Self-Improving Search & AI-Powered Search Engines

STORM

Shao et al. (2024) (Shao et al., 2024) introduced STORM (Synthesis of Topic Outlines through Retrieval and Multi-perspective question asking), a system that writes Wikipedia-style articles through multi-turn search and synthesis. STORM first researches a topic by simulating conversations with topic experts (generated by the LLM), using each expert's questions to drive targeted searches. It then synthesizes the gathered information into a structured article with proper citations. The multi-perspective approach is crucial: by generating diverse expert personas (a historian, an economist, a social scientist), STORM produces questions from different angles, leading to more comprehensive coverage than a single-perspective approach. In a rubric-based human evaluation on the FreshWiki dataset, experienced Wikipedia editors rated STORM's articles as comparable in breadth and organization to real Wikipedia articles, though as a qualitative finding the human-written articles still exhibited deeper analysis and more nuanced contextualization.

Deep Research Systems

A major trend in agentic search is the development of "deep research" systems that autonomously conduct comprehensive research on complex topics, producing detailed reports with citations.

OpenAI Deep Research (2025) (OpenAI, 2025) uses o3-based reasoning with iterative web search to produce multi-page research reports. The system plans a research strategy, executes dozens to hundreds of searches, reads and synthesizes the results, and produces a structured report with citations, all autonomously. It is among the more capable deployed instantiations of agentic search, handling complex research questions that would take a human hours of searching and reading, though precise comparisons depend on the benchmark (for example, BrowseComp (Wei et al., 2025) or GAIA (Mialon, 2024)) used.

Google Gemini Deep Research (2025) (Google, 2025) similarly combines Gemini's reasoning with Google Search to produce comprehensive research reports. The system creates a research plan visible to the user, then executes the plan autonomously.

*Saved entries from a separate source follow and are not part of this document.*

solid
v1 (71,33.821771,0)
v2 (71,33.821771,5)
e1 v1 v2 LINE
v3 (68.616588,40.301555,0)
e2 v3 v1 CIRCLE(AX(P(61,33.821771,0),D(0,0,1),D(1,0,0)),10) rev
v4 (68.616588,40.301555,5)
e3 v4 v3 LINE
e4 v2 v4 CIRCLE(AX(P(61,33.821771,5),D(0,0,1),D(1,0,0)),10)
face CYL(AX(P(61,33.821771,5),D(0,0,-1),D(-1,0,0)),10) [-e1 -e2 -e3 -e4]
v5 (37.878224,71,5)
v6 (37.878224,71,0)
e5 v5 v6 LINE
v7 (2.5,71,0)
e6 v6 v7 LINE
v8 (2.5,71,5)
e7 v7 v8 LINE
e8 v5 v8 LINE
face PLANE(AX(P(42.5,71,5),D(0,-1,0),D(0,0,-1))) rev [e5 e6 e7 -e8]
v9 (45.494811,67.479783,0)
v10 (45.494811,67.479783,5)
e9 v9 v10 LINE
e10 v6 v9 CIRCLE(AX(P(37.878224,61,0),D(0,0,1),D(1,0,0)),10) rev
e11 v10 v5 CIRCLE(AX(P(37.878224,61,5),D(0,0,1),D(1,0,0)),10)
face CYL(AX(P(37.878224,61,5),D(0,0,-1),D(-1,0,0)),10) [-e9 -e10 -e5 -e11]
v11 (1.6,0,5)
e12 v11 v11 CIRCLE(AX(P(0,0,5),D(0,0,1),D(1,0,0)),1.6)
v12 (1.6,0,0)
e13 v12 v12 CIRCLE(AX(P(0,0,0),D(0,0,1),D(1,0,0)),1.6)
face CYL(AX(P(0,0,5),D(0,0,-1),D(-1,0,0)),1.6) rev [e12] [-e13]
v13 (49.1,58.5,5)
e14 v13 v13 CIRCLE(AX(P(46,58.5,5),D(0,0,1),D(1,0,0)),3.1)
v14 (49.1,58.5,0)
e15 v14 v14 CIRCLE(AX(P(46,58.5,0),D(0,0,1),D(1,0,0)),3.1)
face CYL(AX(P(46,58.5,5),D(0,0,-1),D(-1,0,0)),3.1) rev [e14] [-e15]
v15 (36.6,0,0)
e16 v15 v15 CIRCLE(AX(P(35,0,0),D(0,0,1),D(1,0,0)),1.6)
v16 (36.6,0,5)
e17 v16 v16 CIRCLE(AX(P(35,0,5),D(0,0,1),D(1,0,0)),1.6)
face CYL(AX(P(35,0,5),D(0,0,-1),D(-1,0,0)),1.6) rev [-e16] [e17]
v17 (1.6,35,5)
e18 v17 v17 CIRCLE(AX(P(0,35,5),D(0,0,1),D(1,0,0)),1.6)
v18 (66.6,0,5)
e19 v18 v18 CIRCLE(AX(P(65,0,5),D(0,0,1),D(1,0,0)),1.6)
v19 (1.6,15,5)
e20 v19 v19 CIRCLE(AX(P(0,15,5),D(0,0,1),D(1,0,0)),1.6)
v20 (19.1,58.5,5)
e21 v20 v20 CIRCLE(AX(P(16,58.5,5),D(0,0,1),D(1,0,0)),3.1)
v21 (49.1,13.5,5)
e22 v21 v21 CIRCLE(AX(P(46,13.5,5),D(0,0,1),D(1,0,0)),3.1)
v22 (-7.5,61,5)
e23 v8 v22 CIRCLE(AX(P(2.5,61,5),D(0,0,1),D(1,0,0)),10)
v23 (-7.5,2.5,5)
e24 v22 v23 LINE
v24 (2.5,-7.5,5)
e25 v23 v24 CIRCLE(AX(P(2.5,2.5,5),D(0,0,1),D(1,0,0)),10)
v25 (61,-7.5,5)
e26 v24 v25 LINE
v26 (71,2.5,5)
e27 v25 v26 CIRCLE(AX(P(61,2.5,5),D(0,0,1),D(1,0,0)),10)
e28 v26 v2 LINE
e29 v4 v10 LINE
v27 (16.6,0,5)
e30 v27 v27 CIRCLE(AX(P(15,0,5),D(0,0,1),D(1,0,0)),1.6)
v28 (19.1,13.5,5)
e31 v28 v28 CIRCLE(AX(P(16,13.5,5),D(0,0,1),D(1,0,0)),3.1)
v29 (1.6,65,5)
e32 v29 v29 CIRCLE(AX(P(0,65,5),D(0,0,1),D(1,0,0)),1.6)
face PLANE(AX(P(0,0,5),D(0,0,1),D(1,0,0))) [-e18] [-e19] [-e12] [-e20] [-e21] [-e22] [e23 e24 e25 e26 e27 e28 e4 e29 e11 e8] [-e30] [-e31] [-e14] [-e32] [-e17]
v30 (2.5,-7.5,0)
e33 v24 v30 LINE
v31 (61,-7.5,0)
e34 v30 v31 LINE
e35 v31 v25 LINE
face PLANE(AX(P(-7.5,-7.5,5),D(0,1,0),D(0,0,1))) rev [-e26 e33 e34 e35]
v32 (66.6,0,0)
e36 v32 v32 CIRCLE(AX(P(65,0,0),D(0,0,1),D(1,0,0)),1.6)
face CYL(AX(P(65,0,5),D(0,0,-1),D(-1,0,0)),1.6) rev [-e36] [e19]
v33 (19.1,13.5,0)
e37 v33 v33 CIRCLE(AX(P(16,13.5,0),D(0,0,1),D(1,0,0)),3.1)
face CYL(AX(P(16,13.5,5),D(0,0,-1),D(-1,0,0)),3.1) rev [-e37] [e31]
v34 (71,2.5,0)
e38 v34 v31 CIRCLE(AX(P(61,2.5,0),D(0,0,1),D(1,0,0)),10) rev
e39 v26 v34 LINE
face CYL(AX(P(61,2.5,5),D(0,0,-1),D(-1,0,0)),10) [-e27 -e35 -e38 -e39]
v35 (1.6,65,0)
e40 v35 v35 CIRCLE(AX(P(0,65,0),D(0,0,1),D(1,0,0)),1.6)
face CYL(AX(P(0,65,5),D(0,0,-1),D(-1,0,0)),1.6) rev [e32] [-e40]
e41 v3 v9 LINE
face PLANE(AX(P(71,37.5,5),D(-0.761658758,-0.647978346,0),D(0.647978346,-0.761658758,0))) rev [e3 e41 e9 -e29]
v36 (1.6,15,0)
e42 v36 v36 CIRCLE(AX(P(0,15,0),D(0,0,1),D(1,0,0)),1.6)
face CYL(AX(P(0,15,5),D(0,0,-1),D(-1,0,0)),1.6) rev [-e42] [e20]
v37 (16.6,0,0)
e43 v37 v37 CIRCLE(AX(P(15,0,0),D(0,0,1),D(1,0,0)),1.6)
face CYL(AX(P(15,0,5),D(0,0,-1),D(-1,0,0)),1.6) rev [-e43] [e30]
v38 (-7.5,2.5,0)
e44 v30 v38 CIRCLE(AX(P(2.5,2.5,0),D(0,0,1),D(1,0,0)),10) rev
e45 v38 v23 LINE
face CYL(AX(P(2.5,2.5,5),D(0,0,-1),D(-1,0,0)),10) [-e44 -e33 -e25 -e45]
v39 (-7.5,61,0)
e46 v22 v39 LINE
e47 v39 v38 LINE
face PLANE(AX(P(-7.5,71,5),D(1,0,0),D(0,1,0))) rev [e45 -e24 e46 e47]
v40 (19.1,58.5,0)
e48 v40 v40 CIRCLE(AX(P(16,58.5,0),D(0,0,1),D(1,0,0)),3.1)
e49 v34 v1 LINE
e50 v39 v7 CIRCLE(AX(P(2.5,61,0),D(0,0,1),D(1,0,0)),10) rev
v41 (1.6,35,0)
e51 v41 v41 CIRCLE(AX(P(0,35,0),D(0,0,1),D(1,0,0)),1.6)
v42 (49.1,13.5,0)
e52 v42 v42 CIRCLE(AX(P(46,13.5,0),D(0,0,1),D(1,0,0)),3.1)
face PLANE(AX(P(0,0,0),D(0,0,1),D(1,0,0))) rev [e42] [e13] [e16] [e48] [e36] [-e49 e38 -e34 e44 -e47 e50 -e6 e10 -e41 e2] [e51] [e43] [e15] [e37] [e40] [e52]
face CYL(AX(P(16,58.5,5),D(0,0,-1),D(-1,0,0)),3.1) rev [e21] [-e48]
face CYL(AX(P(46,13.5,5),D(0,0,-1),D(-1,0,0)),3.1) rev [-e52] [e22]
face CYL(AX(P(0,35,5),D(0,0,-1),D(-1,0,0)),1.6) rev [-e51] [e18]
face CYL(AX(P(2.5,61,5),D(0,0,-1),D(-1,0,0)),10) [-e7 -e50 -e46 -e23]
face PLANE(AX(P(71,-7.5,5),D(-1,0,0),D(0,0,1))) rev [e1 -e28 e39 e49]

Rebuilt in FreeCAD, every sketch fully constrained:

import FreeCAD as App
import Part
import Sketcher

V = App.Vector


def edges_at(feature, points):
    """Names of the edges that pass closest to the given points."""
    edges = feature.Shape.Edges
    near = lambda p: min(range(len(edges)), key=lambda i: edges[i].distToShape(Part.Vertex(*p))[0])
    return sorted({f"Edge{near(p) + 1}" for p in points})

doc = App.newDocument("Part")
body = doc.addObject("PartDesign::Body", "Body")

# Sketch on XY plane
sketch1 = body.newObject("Sketcher::SketchObject", "Sketch")
sketch1.AttachmentSupport = (doc.getObject("XY_Plane"), [""])
sketch1.MapMode = "FlatFace"
sketch1.addGeometry(Part.LineSegment(V(-7.5, 71, 0), V(-7.5, -7.5, 0)), False)
sketch1.addGeometry(Part.LineSegment(V(-7.5, -7.5, 0), V(71, -7.5, 0)), False)
sketch1.addGeometry(Part.LineSegment(V(71, -7.5, 0), V(71, 37.5, 0)), False)
sketch1.addGeometry(Part.LineSegment(V(71, 37.5, 0), V(42.5, 71, 0)), False)
sketch1.addGeometry(Part.LineSegment(V(42.5, 71, 0), V(-7.5, 71, 0)), False)
sketch1.addGeometry(Part.Circle(V(0, 0, 0), V(0, 0, 1), 1.6), False)
sketch1.addGeometry(Part.Circle(V(15, 0, 0), V(0, 0, 1), 1.6), False)
sketch1.addGeometry(Part.Circle(V(0, 15, 0), V(0, 0, 1), 1.6), False)
sketch1.addGeometry(Part.Circle(V(16, 13.5, 0), V(0, 0, 1), 3.1), False)
sketch1.addGeometry(Part.Circle(V(35, 0, 0), V(0, 0, 1), 1.6), False)
sketch1.addGeometry(Part.Circle(V(46, 13.5, 0), V(0, 0, 1), 3.1), False)
sketch1.addGeometry(Part.Circle(V(65, 0, 0), V(0, 0, 1), 1.6), False)
sketch1.addGeometry(Part.Circle(V(0, 35, 0), V(0, 0, 1), 1.6), False)
sketch1.addGeometry(Part.Circle(V(0, 65, 0), V(0, 0, 1), 1.6), False)
sketch1.addGeometry(Part.Circle(V(16, 58.5, 0), V(0, 0, 1), 3.1), False)
sketch1.addGeometry(Part.Circle(V(46, 58.5, 0), V(0, 0, 1), 3.1), False)
sketch1.addConstraint(Sketcher.Constraint("Coincident", 0, 2, 1, 1))
sketch1.addConstraint(Sketcher.Constraint("Coincident", 1, 2, 2, 1))
sketch1.addConstraint(Sketcher.Constraint("Coincident", 2, 2, 3, 1))
sketch1.addConstraint(Sketcher.Constraint("Coincident", 3, 2, 4, 1))
sketch1.addConstraint(Sketcher.Constraint("Coincident", 4, 2, 0, 1))
sketch1.addConstraint(Sketcher.Constraint("Vertical", 0))
sketch1.addConstraint(Sketcher.Constraint("Horizontal", 1))
sketch1.addConstraint(Sketcher.Constraint("Vertical", 2))
sketch1.addConstraint(Sketcher.Constraint("Horizontal", 4))
sketch1.addConstraint(Sketcher.Constraint("Coincident", 5, 3, -1, 1))
sketch1.addConstraint(Sketcher.Constraint("Equal", 5, 6))
sketch1.addConstraint(Sketcher.Constraint("Equal", 6, 7))
sketch1.addConstraint(Sketcher.Constraint("Equal", 7, 9))
sketch1.addConstraint(Sketcher.Constraint("Equal", 8, 10))
sketch1.addConstraint(Sketcher.Constraint("Equal", 9, 11))
sketch1.addConstraint(Sketcher.Constraint("Equal", 11, 12))
sketch1.addConstraint(Sketcher.Constraint("Equal", 12, 13))
sketch1.addConstraint(Sketcher.Constraint("Equal", 10, 14))
sketch1.addConstraint(Sketcher.Constraint("Equal", 14, 15))
sketch1.addConstraint(Sketcher.Constraint("PointOnObject", 6, 3, -1))
sketch1.addConstraint(Sketcher.Constraint("PointOnObject", 7, 3, -2))
sketch1.addConstraint(Sketcher.Constraint("PointOnObject", 9, 3, -1))
sketch1.addConstraint(Sketcher.Constraint("PointOnObject", 11, 3, -1))
sketch1.addConstraint(Sketcher.Constraint("PointOnObject", 12, 3, -2))
sketch1.addConstraint(Sketcher.Constraint("PointOnObject", 13, 3, -2))
sketch1.addConstraint(Sketcher.Constraint("Horizontal", 8, 3, 10, 3))
sketch1.addConstraint(Sketcher.Constraint("Horizontal", 14, 3, 15, 3))
sketch1.addConstraint(Sketcher.Constraint("Vertical", 8, 3, 14, 3))
sketch1.addConstraint(Sketcher.Constraint("Vertical", 10, 3, 15, 3))
sketch1.addConstraint(Sketcher.Constraint("Equal", 1, 0))
sketch1.addConstraint(Sketcher.Constraint("Diameter", 5, 3.2))
sketch1.addConstraint(Sketcher.Constraint("Diameter", 8, 6.2))
sketch1.addConstraint(Sketcher.Constraint("DistanceX", 4, 2, 4, 1, 50.0))
sketch1.addConstraint(Sketcher.Constraint("DistanceY", 2, 1, 2, 2, 45.0))
sketch1.addConstraint(Sketcher.Constraint("DistanceX", 1, 1, 1, 2, 78.5))
sketch1.addConstraint(Sketcher.Constraint("DistanceX", -1, 1, 6, 3, 15.0))
sketch1.addConstraint(Sketcher.Constraint("DistanceY", -1, 1, 7, 3, 15.0))
sketch1.addConstraint(Sketcher.Constraint("DistanceX", -1, 1, 8, 3, 16.0))
sketch1.addConstraint(Sketcher.Constraint("DistanceX", -1, 1, 9, 3, 35.0))
sketch1.addConstraint(Sketcher.Constraint("DistanceX", -1, 1, 10, 3, 46.0))
sketch1.addConstraint(Sketcher.Constraint("DistanceX", -1, 1, 11, 3, 65.0))
sketch1.addConstraint(Sketcher.Constraint("DistanceY", -1, 1, 12, 3, 35.0))
sketch1.addConstraint(Sketcher.Constraint("DistanceY", -1, 1, 13, 3, 65.0))
sketch1.addConstraint(Sketcher.Constraint("DistanceX", -1, 1, 1, 2, 71.0))
sketch1.addConstraint(Sketcher.Constraint("DistanceY", -1, 1, 3, 2, 71.0))
sketch1.addConstraint(Sketcher.Constraint("DistanceY", 8, 3, 14, 3, 45.0))
sketch1.addConstraint(Sketcher.Constraint("DistanceY", 0, 2, 8, 3, 21.0))
pad1 = body.newObject("PartDesign::Pad", "Pad")
pad1.Profile = sketch1
pad1.Length = 5
doc.recompute()

fillet = body.newObject("PartDesign::Fillet", "Fillet")
fillet.Base = (pad1, edges_at(pad1, [
    (42.5, 71, 2.5),
    (71, 37.5, 2.5),
    (71, -7.5, 2.5),
    (-7.5, -7.5, 2.5),
    (-7.5, 71, 2.5),
]))
fillet.Radius = 10

doc.recompute()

The two differ mainly in user control over the research process: Gemini Deep Research surfaces an editable research plan before execution, giving the user a checkpoint to steer scope, whereas OpenAI Deep Research plans and executes more autonomously with less mid-run intervention. These systems demonstrate the practical viability of fully autonomous multi-step search for real-world research tasks. The key challenge they address is scope management: knowing when enough information has been gathered and when to stop searching, balancing thoroughness against computational cost.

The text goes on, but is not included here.